PostgreSQL supports hstore to store data such as KEY-> VALUE, which is also similar to ARRAY or JSON. To use this type of data efficiently, you must use efficient indexes. Let's take a look at the performance of two different types of indexes for the same retrieval request.
Suppose we have an original table with a BTREE index based on the str1 field.
t_girl=# \d status_check; Table "ytt.status_check" Column | Type | Modifiers --------+-----------------------+----------- is_yes | boolean | not null str1 | character varying(20) | not null str2 | character varying(20) | not nullIndexes: "index_status_check_str1" btree (str1)
There are 10 million records. The data is roughly as follows,
t_girl=# select * from status_check limit 2; is_yes | str1 | str2 --------+------+---------------------- f | 0 | cfcd208495d565ef66e7 t | 1 | c4ca4238a0b923820dcc(2 rows)Time: 0.617 mst_girl=#
Stores the status_check_hstore table structure of the hstore type. There is a GIST index based on the str1_str2 field.
Table "ytt.status_check_hstore" Column | Type | Modifiers -----------+---------+----------- is_yes | boolean | str1_str2 | hstore | Indexes: "idx_str_str2_gist" gist (str1_str2)
t_girl=# select * from status_check_hstore limit 2; is_yes | str1_str2 --------+----------------------------- f | "0"=>"cfcd208495d565ef66e7" t | "1"=>"c4ca4238a0b923820dcc"(2 rows)Time: 39.874 ms
Next we will get the same results as the original table query, of course, the original table query is very efficient. The table statements and results are as follows,
t_girl=# select * from status_check where str1 in ('10','23','33'); is_yes | str1 | str2 --------+------+---------------------- t | 10 | d3d9446802a44259755d t | 23 | 37693cfc748049e45d87 f | 33 | 182be0c5cdcd5072bb18(3 rows)Time: 0.690 ms
The preceding statement takes less than 1 ms.
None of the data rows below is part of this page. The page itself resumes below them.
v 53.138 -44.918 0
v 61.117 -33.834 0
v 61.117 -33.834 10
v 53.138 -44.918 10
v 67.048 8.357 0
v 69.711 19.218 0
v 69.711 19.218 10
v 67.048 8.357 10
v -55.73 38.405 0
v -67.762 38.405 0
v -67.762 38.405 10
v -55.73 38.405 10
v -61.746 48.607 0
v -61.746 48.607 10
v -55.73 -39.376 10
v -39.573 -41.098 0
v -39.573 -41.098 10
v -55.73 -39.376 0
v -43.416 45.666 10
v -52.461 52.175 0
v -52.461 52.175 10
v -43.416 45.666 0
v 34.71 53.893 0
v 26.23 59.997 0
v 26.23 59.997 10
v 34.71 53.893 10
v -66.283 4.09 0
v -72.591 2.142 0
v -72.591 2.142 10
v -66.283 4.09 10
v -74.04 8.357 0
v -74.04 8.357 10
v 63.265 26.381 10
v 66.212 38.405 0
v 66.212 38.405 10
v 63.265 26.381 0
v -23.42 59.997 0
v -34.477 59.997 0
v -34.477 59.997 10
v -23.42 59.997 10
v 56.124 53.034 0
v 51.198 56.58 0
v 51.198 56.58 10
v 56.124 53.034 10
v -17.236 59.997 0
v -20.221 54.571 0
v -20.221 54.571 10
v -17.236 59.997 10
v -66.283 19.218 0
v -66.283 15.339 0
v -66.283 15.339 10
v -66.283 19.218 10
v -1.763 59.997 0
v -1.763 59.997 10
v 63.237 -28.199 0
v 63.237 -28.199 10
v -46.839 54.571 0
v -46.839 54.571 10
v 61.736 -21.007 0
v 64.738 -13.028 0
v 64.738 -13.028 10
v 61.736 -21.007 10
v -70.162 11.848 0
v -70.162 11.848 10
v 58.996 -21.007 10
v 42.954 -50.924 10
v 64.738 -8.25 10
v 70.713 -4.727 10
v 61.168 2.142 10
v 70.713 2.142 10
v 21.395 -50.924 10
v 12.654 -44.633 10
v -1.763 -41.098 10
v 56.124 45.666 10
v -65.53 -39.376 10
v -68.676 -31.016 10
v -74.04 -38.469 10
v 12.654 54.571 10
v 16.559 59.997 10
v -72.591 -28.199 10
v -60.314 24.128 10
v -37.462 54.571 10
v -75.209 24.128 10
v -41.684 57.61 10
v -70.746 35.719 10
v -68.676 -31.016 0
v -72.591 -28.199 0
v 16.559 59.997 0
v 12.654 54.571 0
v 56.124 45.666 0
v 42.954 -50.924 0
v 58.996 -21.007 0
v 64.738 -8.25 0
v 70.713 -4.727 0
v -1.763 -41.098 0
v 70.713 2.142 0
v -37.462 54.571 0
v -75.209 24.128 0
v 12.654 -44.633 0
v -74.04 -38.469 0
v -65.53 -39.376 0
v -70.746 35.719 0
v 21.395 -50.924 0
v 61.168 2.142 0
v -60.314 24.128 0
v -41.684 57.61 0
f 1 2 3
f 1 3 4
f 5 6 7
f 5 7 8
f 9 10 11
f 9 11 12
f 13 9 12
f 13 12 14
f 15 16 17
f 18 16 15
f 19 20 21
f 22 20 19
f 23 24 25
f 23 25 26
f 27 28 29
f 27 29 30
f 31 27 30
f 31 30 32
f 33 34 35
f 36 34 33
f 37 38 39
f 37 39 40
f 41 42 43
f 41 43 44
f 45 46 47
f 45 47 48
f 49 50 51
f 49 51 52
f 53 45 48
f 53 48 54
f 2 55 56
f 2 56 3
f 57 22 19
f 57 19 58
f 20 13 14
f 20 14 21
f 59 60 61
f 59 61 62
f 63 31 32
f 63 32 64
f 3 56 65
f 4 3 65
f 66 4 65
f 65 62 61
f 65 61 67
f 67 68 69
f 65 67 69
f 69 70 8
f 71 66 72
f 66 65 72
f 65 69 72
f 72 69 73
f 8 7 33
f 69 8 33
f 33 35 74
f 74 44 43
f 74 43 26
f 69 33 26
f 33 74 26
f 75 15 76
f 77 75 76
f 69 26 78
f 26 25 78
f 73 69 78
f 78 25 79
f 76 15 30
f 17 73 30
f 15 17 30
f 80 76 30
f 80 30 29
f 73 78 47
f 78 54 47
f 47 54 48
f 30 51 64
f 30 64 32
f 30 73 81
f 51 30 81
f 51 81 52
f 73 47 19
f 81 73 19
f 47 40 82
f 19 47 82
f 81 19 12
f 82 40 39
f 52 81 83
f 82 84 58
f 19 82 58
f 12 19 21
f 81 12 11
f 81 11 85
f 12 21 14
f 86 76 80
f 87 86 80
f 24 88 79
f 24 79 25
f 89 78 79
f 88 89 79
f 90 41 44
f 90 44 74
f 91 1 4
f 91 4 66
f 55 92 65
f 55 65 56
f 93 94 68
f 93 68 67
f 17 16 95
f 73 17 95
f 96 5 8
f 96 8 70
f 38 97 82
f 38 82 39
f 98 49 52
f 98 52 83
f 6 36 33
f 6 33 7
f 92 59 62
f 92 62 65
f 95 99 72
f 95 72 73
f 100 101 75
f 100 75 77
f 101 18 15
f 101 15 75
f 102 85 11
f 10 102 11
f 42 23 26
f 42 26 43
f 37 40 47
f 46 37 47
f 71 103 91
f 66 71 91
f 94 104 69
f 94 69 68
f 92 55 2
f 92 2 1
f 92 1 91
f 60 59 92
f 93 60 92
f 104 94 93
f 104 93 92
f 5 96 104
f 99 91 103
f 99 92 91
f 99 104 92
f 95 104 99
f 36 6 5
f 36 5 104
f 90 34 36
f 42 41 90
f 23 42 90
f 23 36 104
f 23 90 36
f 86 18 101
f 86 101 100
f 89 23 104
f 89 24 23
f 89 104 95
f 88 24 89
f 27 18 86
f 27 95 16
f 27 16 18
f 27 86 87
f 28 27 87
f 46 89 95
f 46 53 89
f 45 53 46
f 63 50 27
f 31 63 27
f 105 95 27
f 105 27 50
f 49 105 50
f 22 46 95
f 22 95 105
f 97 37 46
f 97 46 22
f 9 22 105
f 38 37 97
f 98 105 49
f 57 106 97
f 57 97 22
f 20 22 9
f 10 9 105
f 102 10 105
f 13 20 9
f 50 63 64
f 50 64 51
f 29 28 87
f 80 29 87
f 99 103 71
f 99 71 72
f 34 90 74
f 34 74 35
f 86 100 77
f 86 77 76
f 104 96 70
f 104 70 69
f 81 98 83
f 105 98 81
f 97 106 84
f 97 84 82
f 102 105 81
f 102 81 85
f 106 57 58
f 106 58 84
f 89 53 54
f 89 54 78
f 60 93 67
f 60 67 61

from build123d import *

# Parameters (mm, degrees)
EXTRUDE_1_DEPTH = 10


with BuildPart() as part:
    # Эскиз1 → Бобышка-Вытянуть1 (new body)
    with BuildSketch(Plane.XY):
        Polygon((-66.282586336, 4.09041909), (-74.040470763, 8.357255525), (-70.161528549, 11.848303517), (-66.282586336, 15.339351509), (-66.282586336, 19.218293722), (-75.209365057, 24.128022019), (-60.314226958, 24.128022019), (-70.745975697, 35.71885395), (-67.761796008, 38.40461567), (-55.730109265, 38.40461567), (-61.745952636, 48.606953693), (-52.460988202, 52.175342696), (-43.416291781, 45.665500099), (-46.838743542, 54.570735165), (-41.684369065, 57.610029636), (-37.461610157, 54.570735165), (-34.477282264, 59.996785881), (-23.420274879, 59.996785881), (-20.22078559, 54.570735165), (-17.236457696, 59.996785881), (-1.763387891, 59.996785881), (12.653887704, 54.570735165), (16.559241123, 59.996785881), (26.230185451, 59.996785881), (34.710427131, 53.893204737), (51.197564442, 56.580039943), (56.124240189, 53.034107371), (56.124240189, 45.665500099), (66.212425028, 38.40461567), (63.264526212, 26.381057915), (69.711013986, 19.218293722), (67.048138131, 8.357255525), (70.712863391, 2.142205771), (61.168332609, 2.142205771), (70.712863391, -4.727388317), (64.73847562, -8.250206419), (64.73847562, -13.02813029), (61.735677356, -21.006708523), (58.995962435, -21.006708523), (63.237076488, -28.199262665), (61.116519462, -33.833683844), (53.138381044, -44.918412685), (42.953995786, -50.923670147), (34.710427131, -50.923670147), (21.394713287, -50.923670147), (12.653887704, -44.632535977), (-1.763387891, -41.097752801), (-17.236457696, -41.097752801), (-39.572989611, -41.097752801), (-55.730109265, -39.376048265), (-65.530101327, -39.376048265), (-74.040470763, -38.469182314), (-68.6764474, -31.016473255), (-72.590645655, -28.199262665), (-72.590645655, -19.765075522), (-72.590645655, -11.813243984), (-72.590645655, -8.250206419), (-72.590645655, 2.142205771), align=None)
    extrude(amount=EXTRUDE_1_DEPTH)


solid = part.part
Next we will query the hstore table,
t_girl=# select is_yes,skeys(str1_str2),svals(str1_str2) from status_check_hstore where str1_str2 ?| array['10','23','33']; is_yes | skeys | svals --------+-------+---------------------- t | 10 | d3d9446802a44259755d t | 23 | 37693cfc748049e45d87 f | 33 | 182be0c5cdcd5072bb18(3 rows)Time: 40.256 ms
My days are dozens of times slower than the query of the original table.
Check the query plan and scan all rows.
QUERY PLAN ----------------------------------------------------------------------------------- Bitmap Heap Scan on status_check_hstore (cost=5.06..790.12 rows=100000 width=38) Recheck Cond: (str1_str2 ?| '{10,23,33}'::text[]) -> Bitmap Index Scan on idx_str_str2_gist (cost=0.00..5.03 rows=100 width=0) Index Cond: (str1_str2 ?| '{10,23,33}'::text[])(4 rows)Time: 0.688 ms
We want to optimize this statement. If we convert this statement into the same as the original statement, can we use the BTREE index?
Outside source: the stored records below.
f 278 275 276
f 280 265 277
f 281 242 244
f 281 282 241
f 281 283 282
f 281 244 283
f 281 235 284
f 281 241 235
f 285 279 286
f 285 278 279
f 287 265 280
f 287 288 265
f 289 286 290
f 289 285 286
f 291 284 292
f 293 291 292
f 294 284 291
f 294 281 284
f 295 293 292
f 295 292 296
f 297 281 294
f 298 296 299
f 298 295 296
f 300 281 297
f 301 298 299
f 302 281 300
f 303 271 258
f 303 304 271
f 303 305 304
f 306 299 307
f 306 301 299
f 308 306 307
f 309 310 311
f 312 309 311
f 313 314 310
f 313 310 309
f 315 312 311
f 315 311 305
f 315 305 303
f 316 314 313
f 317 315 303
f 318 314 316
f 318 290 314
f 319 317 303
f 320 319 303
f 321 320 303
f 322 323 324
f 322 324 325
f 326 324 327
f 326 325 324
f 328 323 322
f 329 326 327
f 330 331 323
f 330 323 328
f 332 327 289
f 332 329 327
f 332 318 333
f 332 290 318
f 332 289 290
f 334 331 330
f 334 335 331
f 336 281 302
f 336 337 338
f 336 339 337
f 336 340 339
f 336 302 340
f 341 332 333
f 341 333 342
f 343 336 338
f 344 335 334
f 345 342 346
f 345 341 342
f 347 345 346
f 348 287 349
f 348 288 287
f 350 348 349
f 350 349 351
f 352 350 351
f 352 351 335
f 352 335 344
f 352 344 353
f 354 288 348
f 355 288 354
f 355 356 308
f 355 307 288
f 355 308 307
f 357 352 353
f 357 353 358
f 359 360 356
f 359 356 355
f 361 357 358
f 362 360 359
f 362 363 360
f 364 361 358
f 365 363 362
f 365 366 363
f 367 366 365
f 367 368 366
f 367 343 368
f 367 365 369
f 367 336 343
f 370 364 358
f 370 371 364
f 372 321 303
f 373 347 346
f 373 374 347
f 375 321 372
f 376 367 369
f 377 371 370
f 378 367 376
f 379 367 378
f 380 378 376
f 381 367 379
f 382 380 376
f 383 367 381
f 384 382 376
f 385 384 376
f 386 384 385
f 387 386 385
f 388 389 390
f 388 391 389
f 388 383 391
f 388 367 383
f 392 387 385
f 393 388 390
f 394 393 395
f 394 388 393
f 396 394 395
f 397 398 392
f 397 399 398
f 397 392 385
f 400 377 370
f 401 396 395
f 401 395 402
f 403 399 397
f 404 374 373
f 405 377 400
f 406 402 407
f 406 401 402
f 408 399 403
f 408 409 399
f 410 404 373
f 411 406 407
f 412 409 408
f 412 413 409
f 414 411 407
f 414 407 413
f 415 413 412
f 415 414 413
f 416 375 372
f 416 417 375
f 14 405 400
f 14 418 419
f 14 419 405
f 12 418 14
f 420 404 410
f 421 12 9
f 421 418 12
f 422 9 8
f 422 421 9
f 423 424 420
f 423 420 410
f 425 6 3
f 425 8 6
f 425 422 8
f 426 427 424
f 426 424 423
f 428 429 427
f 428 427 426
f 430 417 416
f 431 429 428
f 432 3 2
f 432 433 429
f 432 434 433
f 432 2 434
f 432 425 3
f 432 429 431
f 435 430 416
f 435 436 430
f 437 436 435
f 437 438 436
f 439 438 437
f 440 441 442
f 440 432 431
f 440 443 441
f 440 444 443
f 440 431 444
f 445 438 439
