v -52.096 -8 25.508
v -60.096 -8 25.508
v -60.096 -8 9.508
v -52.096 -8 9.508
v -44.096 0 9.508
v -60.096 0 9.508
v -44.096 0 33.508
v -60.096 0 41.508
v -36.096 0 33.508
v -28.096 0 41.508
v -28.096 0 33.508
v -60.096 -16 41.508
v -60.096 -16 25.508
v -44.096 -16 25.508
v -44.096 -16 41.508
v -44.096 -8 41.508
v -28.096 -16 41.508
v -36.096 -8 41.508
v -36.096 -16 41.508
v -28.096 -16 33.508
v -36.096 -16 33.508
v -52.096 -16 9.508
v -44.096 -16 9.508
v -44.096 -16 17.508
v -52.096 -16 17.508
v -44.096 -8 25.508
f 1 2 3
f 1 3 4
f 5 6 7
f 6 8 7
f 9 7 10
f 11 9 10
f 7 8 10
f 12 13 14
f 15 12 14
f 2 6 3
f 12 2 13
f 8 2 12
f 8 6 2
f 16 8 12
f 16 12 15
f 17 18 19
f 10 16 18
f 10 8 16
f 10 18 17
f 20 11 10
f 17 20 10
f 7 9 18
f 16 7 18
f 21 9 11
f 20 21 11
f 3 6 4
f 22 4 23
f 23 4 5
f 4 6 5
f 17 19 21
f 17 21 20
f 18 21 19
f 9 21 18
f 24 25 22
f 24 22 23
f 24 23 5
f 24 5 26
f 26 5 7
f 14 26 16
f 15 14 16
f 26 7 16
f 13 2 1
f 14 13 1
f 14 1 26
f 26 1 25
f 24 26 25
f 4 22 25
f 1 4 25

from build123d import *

# Parameters (mm, degrees)
F0_W      = 8
F0_H      = 8
F1_DEPTH  = 8
F2_DEPTH  = 16
F4_DEPTH  = 8
F5_DEPTH  = 16
F0_W_2    = 16
F0_H_2    = 16
F6_DEPTH  = 8
F7_W      = 8
F7_H      = 16
F8_DEPTH  = 8
F10_DEPTH = 8


with BuildPart() as f1:
    # F0 (on Front) → F1 (new body)
    with BuildSketch(Plane.XZ):
        with Locations((-40.0961564034, 37.5077876064)):
            Rectangle(F0_W, F0_H)
    extrude(amount=F1_DEPTH)

    # F0 (on Front) → F2 (join)
    with BuildSketch(Plane.XZ):
        Polygon((-44.0961564034, 41.5077876064), (-60.0961564034, 41.5077876064), (-60.0961564034, 25.5077876064), (-44.0961564034, 25.5077876064), (-44.0961564034, 33.5077876064), align=None)
    extrude(amount=F2_DEPTH)

    # F3 (on face) → F4 (cut)
    with BuildSketch(Plane.YZ.offset(-36.0961564034)):
        Polygon((0, 33.5077876064), (-8, 41.5077876064), (-8, 33.5077876064), align=None)
    extrude(amount=-F4_DEPTH, mode=Mode.SUBTRACT)

    # F0 (on Front) → F5 (join)
    with BuildSketch(Plane.XZ):
        with Locations((-32.0961564034, 37.5077876064)):
            Rectangle(F0_W, F0_H)
    extrude(amount=F5_DEPTH)

    # F0 (on Front) → F6 (join)
    with BuildSketch(Plane.XZ):
        with Locations((-52.0961564034, 17.5077876064)):
            Rectangle(F0_W_2, F0_H_2)
    extrude(amount=F6_DEPTH)

    # F7 (on face) → F8 (join)
    with BuildSketch(Plane.XZ.offset(8)):
        with Locations((-48.0961564034, 17.5077876064)):
            Rectangle(F7_W, F7_H)
    extrude(amount=F8_DEPTH)

    # F9 (on face) → F10 (cut)
    with BuildSketch(Plane(origin=(-52.0961564034, 0, 0), x_dir=(0, -1, 0), z_dir=(-1, 0, 0))):
        Polygon((8, 25.5077876064), (16, 17.5077876064), (16, 25.5077876064), align=None)
    extrude(amount=-F10_DEPTH, mode=Mode.SUBTRACT)


solid = f1.part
Next, create a function index based on B-tree,
t_girl=# create index idx_str1_str2_akeys on status_check_hstore using btree (array_to_string(akeys(str1_str2),','));CREATE INDEXTime: 394.123 ms
OK. Change the statement to execute the same search,
t_girl=# select is_yes,skeys(str1_str2),svals(str1_str2) from status_check_hstore where array_to_string(akeys(str1_str2),',') in ('10','23','33'); is_yes | skeys | svals --------+-------+---------------------- t | 10 | d3d9446802a44259755d t | 23 | 37693cfc748049e45d87 f | 33 | 182be0c5cdcd5072bb18(3 rows)Time: 0.727 ms
This is as fast as the original query.